В крупных лагерных комплексах вводилась дифференциация наказаний: не только ШИЗО, но и штрафные бараки и даже целые штрафные лагпункты. В Дмитлаге, строившем канал Москва – Волга, в 1933 году был создан “Отдельный лагерный пункт усиленного режима” для “отказчиков от работ, беглецов, воров и т. д.” Для надежности новый лагпункт окружили не одним, а двумя рядами колючей проволоки; на работу заключенных сопровождал усиленный конвой, и использовали их “исключительно на физических работах, в местах, исключающих возможность побега”[861].

Примерно в то же время в “Дальстрое” был сооружен штрафной лагпункт, который к концу 1930?х приобрел широкую и страшную славу. Серпантинная (или Серпантинка) находилась в холмистой местности далеко к северу от Магадана. Нарочно построенный там, где было очень мало солнечного света, где было холоднее и темнее, чем в большинстве лагпунктов долины (которая и в целом отличалась суровым климатом), штрафной лагпункт “Дальстроя” был очень надежно огорожен и укреплен и в 1937–1938 годах служил также местом расстрелов. Само его название страшило зэков, которые приравнивали отправку на Серпантинку к смертному приговору[862].

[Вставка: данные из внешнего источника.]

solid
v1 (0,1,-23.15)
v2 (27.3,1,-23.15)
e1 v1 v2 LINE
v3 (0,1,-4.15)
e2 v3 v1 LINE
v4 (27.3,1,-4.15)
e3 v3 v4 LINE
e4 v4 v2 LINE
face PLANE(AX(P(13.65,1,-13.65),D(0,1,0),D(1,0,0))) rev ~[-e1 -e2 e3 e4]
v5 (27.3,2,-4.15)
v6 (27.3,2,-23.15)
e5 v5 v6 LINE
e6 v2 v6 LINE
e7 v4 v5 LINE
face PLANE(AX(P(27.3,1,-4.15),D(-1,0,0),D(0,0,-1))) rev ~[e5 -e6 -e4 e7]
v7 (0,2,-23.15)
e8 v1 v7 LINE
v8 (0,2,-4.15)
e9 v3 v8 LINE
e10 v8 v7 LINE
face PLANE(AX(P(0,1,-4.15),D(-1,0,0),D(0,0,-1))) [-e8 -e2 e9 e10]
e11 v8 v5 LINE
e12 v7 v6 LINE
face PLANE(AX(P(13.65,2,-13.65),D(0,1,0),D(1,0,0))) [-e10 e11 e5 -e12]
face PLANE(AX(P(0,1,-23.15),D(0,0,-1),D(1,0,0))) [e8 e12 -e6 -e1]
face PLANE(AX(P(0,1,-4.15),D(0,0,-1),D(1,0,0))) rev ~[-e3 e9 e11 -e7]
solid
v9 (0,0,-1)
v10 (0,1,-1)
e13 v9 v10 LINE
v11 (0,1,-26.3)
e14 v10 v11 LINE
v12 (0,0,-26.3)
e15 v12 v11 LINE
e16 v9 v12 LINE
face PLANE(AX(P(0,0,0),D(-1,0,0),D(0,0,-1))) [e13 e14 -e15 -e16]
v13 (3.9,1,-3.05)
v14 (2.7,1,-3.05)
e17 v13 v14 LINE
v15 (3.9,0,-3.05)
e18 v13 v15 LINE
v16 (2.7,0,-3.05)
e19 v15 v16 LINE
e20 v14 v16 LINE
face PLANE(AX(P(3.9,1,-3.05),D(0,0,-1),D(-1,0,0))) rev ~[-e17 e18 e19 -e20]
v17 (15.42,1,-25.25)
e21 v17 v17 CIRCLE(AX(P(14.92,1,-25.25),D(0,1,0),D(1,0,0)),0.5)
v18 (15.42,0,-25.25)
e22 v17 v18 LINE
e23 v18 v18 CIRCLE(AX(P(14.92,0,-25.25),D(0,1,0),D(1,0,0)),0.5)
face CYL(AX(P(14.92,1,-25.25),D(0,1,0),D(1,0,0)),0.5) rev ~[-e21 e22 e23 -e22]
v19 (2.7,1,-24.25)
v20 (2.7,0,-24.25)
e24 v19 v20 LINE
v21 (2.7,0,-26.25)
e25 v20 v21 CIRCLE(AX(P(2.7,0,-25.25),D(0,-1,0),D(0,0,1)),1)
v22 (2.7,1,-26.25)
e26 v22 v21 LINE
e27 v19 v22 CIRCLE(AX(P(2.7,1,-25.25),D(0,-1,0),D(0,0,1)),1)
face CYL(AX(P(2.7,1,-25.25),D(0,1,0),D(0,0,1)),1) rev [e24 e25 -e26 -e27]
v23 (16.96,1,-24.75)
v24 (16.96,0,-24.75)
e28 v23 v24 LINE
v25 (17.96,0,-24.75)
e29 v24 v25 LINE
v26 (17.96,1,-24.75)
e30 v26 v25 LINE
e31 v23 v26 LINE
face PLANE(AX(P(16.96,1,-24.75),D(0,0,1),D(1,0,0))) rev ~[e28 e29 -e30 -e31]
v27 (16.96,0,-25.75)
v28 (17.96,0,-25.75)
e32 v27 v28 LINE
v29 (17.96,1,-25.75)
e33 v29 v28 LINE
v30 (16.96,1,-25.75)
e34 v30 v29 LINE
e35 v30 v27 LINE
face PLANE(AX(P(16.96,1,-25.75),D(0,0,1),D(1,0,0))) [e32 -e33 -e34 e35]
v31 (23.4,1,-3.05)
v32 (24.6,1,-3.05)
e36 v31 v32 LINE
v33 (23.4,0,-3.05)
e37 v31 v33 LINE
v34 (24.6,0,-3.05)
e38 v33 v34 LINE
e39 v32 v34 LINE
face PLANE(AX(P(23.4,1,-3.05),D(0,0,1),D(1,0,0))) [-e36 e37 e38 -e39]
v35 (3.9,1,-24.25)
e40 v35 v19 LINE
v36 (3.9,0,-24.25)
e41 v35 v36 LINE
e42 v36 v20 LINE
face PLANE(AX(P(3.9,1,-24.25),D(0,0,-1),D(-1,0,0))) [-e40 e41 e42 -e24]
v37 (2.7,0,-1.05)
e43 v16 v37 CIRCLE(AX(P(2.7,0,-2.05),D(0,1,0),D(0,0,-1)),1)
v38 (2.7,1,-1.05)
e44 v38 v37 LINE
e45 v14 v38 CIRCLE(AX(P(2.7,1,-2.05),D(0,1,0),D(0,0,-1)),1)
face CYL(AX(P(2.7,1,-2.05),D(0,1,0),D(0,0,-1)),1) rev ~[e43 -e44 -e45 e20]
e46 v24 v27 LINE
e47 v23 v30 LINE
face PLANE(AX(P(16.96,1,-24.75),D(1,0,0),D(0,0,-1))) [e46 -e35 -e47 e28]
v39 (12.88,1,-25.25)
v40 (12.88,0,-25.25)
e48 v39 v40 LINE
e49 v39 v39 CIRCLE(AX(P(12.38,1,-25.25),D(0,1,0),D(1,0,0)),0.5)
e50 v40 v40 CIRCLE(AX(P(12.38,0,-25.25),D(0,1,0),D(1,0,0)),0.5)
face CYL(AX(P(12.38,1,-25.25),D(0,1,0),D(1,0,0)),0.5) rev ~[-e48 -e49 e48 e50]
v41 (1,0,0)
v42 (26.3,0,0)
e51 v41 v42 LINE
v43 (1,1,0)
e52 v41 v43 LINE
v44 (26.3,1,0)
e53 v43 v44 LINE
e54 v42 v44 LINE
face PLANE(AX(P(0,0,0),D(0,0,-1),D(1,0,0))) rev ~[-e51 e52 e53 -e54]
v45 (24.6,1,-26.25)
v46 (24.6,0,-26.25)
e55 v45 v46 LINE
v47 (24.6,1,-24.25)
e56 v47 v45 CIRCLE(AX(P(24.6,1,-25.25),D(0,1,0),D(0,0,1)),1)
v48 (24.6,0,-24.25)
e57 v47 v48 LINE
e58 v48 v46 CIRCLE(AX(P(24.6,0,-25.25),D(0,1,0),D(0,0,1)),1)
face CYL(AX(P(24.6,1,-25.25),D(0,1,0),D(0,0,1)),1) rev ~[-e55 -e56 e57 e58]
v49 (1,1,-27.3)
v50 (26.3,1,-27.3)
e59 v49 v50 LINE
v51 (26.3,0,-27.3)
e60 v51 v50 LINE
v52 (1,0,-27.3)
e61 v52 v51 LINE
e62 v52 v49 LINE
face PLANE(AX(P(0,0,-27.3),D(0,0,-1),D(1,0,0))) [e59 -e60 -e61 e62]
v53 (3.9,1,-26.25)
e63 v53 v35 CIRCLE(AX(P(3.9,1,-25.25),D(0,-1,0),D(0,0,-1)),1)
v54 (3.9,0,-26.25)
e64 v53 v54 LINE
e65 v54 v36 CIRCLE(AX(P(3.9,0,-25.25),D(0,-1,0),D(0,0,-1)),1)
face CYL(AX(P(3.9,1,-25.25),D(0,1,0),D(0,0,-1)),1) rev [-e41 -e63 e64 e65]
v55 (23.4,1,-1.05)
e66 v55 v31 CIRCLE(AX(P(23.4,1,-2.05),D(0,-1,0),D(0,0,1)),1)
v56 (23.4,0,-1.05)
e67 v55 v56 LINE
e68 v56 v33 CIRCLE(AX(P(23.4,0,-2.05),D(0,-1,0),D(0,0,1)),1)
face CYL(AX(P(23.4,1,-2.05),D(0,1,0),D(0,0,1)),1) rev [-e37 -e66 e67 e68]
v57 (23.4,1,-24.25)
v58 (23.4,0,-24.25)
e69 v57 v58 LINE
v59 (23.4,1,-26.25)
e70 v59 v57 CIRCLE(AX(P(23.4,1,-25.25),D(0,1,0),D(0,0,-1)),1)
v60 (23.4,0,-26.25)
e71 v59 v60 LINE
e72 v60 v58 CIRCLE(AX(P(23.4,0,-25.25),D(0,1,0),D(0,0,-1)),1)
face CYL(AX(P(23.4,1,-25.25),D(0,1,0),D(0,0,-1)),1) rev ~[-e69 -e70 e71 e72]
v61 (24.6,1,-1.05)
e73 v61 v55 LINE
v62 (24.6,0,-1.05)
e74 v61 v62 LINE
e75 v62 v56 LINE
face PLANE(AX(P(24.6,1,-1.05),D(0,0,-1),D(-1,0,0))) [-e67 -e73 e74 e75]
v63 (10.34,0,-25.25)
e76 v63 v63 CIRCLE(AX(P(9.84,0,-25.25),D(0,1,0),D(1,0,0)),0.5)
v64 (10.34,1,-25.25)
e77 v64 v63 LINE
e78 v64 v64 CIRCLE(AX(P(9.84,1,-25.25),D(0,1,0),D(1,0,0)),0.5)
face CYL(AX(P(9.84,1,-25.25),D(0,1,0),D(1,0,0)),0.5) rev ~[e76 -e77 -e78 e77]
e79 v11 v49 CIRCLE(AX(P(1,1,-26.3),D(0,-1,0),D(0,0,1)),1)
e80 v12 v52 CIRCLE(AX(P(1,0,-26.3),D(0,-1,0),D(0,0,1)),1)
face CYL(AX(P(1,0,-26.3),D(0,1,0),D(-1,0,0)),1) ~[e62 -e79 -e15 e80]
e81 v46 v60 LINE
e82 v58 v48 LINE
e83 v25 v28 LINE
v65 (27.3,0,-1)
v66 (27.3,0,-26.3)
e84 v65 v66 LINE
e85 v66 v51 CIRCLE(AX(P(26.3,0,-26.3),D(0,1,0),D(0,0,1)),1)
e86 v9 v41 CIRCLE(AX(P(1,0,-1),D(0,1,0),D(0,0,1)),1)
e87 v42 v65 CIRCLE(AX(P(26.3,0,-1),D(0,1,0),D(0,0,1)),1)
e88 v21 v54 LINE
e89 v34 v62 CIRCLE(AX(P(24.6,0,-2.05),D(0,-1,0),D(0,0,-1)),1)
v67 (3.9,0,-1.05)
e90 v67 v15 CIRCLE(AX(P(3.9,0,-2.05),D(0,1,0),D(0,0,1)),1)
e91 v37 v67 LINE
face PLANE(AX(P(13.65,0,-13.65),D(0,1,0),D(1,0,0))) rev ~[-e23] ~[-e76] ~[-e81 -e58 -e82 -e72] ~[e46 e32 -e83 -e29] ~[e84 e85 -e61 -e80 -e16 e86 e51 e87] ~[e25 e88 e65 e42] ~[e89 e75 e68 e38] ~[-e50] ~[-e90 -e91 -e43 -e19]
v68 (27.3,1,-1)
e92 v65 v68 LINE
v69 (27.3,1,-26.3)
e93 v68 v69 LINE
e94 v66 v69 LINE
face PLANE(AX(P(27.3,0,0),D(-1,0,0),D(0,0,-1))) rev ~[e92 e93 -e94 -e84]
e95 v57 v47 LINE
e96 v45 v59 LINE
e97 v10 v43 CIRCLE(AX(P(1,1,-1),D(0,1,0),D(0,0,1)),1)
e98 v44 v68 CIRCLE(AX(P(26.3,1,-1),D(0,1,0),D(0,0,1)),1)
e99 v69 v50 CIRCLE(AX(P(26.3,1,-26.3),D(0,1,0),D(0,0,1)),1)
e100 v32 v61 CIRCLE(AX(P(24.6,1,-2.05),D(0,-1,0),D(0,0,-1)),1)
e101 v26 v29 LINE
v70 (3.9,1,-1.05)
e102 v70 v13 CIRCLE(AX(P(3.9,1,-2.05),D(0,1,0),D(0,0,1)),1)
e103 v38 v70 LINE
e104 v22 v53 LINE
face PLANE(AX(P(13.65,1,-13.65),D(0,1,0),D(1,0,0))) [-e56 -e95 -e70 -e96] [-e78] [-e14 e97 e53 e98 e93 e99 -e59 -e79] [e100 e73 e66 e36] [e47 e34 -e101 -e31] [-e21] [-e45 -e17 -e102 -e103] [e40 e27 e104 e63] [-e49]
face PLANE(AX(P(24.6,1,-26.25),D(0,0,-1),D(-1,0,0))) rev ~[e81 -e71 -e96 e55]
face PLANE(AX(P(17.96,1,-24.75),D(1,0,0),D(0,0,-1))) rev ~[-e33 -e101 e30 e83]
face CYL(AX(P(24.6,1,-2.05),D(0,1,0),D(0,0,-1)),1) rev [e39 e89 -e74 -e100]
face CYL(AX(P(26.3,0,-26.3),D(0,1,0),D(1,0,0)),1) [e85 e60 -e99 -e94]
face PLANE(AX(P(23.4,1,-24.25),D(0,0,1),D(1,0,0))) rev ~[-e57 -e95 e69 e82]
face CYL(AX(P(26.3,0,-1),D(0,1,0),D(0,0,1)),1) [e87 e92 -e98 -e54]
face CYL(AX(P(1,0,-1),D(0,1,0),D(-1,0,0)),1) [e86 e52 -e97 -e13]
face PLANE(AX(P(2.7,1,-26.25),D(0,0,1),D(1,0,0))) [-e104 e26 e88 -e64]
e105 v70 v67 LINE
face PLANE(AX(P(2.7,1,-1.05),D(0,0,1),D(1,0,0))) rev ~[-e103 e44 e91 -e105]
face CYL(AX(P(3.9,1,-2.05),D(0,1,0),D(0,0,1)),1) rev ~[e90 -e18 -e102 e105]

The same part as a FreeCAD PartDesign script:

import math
import FreeCAD as App
import Part
import Sketcher

V = App.Vector
Q = App.Units.Quantity


def edges_at(feature, points):
    """Names of the edges that pass closest to the given points."""
    edges = feature.Shape.Edges
    near = lambda p: min(range(len(edges)), key=lambda i: edges[i].distToShape(Part.Vertex(*p))[0])
    return sorted({f"Edge{near(p) + 1}" for p in points})


def add_polygon(sketch, points):
    """Adds a closed chain of lines whose ends are joined by coincident constraints."""
    first, n = sketch.GeometryCount, len(points)
    for a, b in zip(points, points[1:] + points[:1]):
        sketch.addGeometry(Part.LineSegment(App.Vector(*a, 0), App.Vector(*b, 0)), False)
    for i in range(n):
        sketch.addConstraint(Sketcher.Constraint("Coincident", first + i, 2, first + (i + 1) % n, 1))

doc = App.newDocument("Part")
body = doc.addObject("PartDesign::Body", "Body")

# Sketch on XZ plane
sketch1 = doc.addObject("Sketcher::SketchObject", "Sketch")
body.addObject(sketch1)
sketch1.AttachmentSupport = (doc.XZ_Plane, [""])
sketch1.MapMode = "FlatFace"
add_polygon(sketch1, [(0, -27), (0, 0), (27, 0), (27, -27)])  # lines 0-3
sketch1.addConstraint(Sketcher.Constraint("Vertical", 0))
sketch1.addConstraint(Sketcher.Constraint("Horizontal", 1))
sketch1.addConstraint(Sketcher.Constraint("Vertical", 2))
sketch1.addConstraint(Sketcher.Constraint("Horizontal", 3))
sketch1.addConstraint(Sketcher.Constraint("Coincident", 0, 2, -1, 1))
sketch1.addConstraint(Sketcher.Constraint("Equal", 3, 0))
sketch1.addConstraint(Sketcher.Constraint("DistanceX", 1, 1, 1, 2, Q("27.3 mm")))
pad1 = doc.addObject("PartDesign::Pad", "Pad")
body.addObject(pad1)
pad1.Profile = sketch1
pad1.Length = 1
pad1.Reversed = True
doc.recompute()

fillet = doc.addObject("PartDesign::Fillet", "Fillet")
body.addObject(fillet)
fillet.Base = (pad1, edges_at(pad1, [
    (0, 0.5, -27.3),
    (27.3, 0.5, -27.3),
    (27.3, 0.5, 0),
    (0, 0.5, 0),
]))
fillet.Radius = 1

# Sketch on XZ plane
sketch2 = doc.addObject("Sketcher::SketchObject", "Sketch001")
body.addObject(sketch2)
sketch2.AttachmentSupport = (doc.XZ_Plane, [""])
sketch2.MapMode = "FlatFace"
sketch2.AttachmentOffset = App.Placement(V(0, 0, -1), App.Rotation())
sketch2.addGeometry(Part.Circle(V(9.8, -25.2, 0), V(0, 0, 1), 0.5), False)  # 0
sketch2.addGeometry(Part.Circle(V(12.4, -25.2, 0), V(0, 0, 1), 0.5), False)  # 1
sketch2.addGeometry(Part.Circle(V(14.9, -25.2, 0), V(0, 0, 1), 0.5), False)  # 2
sketch2.addGeometry(Part.LineSegment(V(3.9, -26.2, 0), V(2.7, -26.2, 0)), False)  # 3
sketch2.addGeometry(Part.ArcOfCircle(Part.Circle(V(2.7, -25.2, 0), V(0, 0, 1), 1), math.radians(90), math.radians(270)), False)  # 4
sketch2.addGeometry(Part.LineSegment(V(2.7, -24.2, 0), V(3.9, -24.2, 0)), False)  # 5
sketch2.addGeometry(Part.ArcOfCircle(Part.Circle(V(3.9, -25.2, 0), V(0, 0, 1), 1), math.radians(-90), math.radians(90)), False)  # 6
sketch2.addGeometry(Part.LineSegment(V(24.6, -26.2, 0), V(23.4, -26.2, 0)), False)  # 7
sketch2.addGeometry(Part.ArcOfCircle(Part.Circle(V(23.4, -25.2, 0), V(0, 0, 1), 1), math.radians(90), math.radians(270)), False)  # 8
sketch2.addGeometry(Part.LineSegment(V(23.4, -24.2, 0), V(24.6, -24.2, 0)), False)  # 9
sketch2.addGeometry(Part.ArcOfCircle(Part.Circle(V(24.6, -25.2, 0), V(0, 0, 1), 1), math.radians(-90), math.radians(90)), False)  # 10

О Серпантинке известно очень немногое, главным образом потому, что мало кто вышел из нее живым и смог ее описать. Еще меньше мы знаем о штрафных лагпунктах других лагерей, например об Искитиме, штрафном лагпункте Сиблага, построенном у известнякового карьера. Заключенные добывали в карьере известняк вручную, и известковая пыль, вызывавшая болезни легких, убила многих – кого раньше, кого позже[863]. Некоторое время в Искитиме пробыла Анна Ларина, молодая вдова Бухарина. Но имена большинства прошедших этот лагпункт и имена большинства погибших там остаются неизвестными[864].

Жертвы Искитима, однако, не вполне позабыты. Их страдания так сильно подействовали на воображение местных жителей, что несколько десятилетий спустя, когда на холме у бывшего лагеря пробился источник, люди восприняли это как чудо. Овраг под источником был, как считают здесь, местом массовых расстрелов, и многие верят, что родник сотворен Богом в память погибших. Тихим морозным днем в конце сибирской зимы, когда землю еще покрывал метровый слой снега, я видела, как люди группами поднимаются на холм, наполняют чистой водой пластмассовые ведерки и бутылки, благоговейно делают глоток-другой и почтительно поглядывают вниз, в овраг.